Which lines of the entries below run from the one holding "#63=VERTEX_POINT('',#62);" to the one holding "#79=ORIENTED_EDGE('',*,*,#51,.T.);", inclusive? Set down exactly those lines and no others.

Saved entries

# # # # #

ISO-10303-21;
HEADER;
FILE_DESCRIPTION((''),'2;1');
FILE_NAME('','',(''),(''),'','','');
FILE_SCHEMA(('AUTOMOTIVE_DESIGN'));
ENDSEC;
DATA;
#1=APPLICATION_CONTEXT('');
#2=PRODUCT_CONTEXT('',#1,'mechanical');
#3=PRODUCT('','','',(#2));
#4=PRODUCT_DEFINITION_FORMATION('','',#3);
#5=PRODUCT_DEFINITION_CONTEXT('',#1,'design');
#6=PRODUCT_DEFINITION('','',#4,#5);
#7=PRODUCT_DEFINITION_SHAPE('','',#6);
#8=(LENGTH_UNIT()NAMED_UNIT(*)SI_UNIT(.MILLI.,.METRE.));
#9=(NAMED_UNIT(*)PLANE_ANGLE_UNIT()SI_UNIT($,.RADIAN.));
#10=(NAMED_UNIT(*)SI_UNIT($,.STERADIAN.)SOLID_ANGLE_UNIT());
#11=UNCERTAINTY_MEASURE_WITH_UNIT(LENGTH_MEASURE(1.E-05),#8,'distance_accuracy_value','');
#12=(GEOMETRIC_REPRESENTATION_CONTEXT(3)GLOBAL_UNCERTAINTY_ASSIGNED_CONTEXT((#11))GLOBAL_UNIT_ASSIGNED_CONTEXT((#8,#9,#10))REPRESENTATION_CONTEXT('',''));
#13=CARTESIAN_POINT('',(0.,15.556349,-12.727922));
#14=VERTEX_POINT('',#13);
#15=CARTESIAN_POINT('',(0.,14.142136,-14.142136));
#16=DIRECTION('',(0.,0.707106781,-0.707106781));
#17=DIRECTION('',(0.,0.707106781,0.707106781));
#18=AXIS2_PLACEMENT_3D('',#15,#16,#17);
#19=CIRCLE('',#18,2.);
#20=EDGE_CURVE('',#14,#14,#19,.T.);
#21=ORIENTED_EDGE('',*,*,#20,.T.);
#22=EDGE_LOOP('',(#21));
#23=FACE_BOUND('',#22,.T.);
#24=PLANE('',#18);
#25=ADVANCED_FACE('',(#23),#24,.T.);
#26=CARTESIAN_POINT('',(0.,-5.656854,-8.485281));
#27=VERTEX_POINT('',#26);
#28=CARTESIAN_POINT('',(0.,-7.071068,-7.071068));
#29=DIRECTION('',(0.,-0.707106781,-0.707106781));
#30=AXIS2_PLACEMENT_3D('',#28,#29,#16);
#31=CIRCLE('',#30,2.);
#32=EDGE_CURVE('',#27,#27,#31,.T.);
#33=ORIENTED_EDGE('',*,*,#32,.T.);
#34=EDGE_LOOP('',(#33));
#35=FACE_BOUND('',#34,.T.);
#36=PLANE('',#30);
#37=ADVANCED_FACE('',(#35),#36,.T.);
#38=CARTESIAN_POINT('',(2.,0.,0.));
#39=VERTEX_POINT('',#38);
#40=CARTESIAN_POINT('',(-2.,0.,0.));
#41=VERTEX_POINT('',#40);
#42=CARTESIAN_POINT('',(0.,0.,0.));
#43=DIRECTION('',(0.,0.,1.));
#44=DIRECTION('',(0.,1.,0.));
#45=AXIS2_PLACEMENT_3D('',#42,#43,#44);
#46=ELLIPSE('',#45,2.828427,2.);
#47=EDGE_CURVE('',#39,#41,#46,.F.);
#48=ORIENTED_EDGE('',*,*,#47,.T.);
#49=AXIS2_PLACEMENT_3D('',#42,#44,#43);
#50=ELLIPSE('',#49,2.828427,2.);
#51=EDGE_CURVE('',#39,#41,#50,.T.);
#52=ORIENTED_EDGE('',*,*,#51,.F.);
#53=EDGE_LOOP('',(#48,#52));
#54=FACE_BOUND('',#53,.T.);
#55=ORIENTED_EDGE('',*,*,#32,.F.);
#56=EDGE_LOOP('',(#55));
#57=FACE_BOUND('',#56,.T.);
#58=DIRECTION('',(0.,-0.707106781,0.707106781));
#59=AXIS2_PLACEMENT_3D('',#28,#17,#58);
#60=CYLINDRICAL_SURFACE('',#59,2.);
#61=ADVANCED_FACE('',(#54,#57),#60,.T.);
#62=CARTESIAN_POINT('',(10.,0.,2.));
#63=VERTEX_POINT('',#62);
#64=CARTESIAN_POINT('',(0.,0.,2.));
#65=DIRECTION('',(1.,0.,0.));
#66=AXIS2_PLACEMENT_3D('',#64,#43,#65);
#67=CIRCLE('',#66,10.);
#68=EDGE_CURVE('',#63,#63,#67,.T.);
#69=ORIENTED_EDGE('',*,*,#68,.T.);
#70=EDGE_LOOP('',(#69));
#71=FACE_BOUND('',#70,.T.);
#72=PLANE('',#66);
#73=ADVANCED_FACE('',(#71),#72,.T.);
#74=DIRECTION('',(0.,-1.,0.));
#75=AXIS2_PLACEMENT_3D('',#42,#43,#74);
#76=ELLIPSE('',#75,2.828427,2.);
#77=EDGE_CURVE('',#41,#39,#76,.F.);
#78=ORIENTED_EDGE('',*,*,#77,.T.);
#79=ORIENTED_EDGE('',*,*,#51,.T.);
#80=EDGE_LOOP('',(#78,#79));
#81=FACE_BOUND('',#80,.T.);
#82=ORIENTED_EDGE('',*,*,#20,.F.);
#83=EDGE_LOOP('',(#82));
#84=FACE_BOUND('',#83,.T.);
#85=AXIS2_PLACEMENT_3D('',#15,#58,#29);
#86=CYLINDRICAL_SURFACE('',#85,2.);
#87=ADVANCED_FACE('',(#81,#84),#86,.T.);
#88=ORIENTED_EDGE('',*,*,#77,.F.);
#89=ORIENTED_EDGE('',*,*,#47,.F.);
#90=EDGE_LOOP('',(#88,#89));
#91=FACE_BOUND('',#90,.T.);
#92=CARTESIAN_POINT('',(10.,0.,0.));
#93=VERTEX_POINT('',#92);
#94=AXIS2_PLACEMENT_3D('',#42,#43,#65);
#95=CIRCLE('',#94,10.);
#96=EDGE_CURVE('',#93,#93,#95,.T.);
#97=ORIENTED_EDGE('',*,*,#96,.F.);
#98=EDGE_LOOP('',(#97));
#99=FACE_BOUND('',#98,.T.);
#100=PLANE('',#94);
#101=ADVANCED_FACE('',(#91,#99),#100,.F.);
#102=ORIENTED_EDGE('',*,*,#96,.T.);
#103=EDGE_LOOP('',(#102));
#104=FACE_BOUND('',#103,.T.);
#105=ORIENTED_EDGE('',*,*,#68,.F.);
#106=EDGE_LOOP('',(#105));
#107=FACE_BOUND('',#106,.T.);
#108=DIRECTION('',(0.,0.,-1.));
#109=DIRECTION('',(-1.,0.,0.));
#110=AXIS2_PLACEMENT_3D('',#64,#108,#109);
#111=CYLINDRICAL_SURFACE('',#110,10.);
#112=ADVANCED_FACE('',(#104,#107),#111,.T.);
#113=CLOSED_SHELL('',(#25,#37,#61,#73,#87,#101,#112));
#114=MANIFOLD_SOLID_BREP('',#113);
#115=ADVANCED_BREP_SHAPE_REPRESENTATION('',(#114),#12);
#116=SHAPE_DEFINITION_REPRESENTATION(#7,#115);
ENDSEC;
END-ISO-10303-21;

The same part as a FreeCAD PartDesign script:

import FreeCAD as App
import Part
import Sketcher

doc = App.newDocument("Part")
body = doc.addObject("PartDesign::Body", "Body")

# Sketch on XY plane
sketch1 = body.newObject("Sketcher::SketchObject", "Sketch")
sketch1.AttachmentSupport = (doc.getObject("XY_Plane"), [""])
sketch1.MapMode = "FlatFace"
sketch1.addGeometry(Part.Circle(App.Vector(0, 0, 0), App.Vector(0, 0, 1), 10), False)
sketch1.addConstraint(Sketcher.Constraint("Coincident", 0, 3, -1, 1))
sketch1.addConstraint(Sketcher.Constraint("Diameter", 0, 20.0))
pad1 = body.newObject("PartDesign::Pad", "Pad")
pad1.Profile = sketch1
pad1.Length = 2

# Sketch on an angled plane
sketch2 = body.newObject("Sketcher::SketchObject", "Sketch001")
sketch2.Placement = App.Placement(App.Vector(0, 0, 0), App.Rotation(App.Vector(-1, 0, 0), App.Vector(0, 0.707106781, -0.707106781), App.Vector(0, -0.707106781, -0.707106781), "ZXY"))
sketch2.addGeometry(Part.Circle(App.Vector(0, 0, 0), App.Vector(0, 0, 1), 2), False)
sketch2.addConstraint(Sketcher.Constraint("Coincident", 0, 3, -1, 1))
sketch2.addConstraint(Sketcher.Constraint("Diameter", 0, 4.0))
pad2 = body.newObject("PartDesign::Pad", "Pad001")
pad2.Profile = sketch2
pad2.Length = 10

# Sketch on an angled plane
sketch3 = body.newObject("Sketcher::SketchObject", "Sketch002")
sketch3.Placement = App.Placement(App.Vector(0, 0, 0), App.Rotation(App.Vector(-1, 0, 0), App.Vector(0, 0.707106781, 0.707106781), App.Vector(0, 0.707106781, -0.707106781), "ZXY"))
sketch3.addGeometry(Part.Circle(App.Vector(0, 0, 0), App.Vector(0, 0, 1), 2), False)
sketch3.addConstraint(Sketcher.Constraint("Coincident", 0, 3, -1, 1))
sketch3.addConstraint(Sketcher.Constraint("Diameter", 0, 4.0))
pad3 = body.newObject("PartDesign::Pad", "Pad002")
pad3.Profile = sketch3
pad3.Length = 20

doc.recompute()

# # # # #

(TASK RESULT)
#63=VERTEX_POINT('',#62);
#64=CARTESIAN_POINT('',(0.,0.,2.));
#65=DIRECTION('',(1.,0.,0.));
#66=AXIS2_PLACEMENT_3D('',#64,#43,#65);
#67=CIRCLE('',#66,10.);
#68=EDGE_CURVE('',#63,#63,#67,.T.);
#69=ORIENTED_EDGE('',*,*,#68,.T.);
#70=EDGE_LOOP('',(#69));
#71=FACE_BOUND('',#70,.T.);
#72=PLANE('',#66);
#73=ADVANCED_FACE('',(#71),#72,.T.);
#74=DIRECTION('',(0.,-1.,0.));
#75=AXIS2_PLACEMENT_3D('',#42,#43,#74);
#76=ELLIPSE('',#75,2.828427,2.);
#77=EDGE_CURVE('',#41,#39,#76,.F.);
#78=ORIENTED_EDGE('',*,*,#77,.T.);
#79=ORIENTED_EDGE('',*,*,#51,.T.);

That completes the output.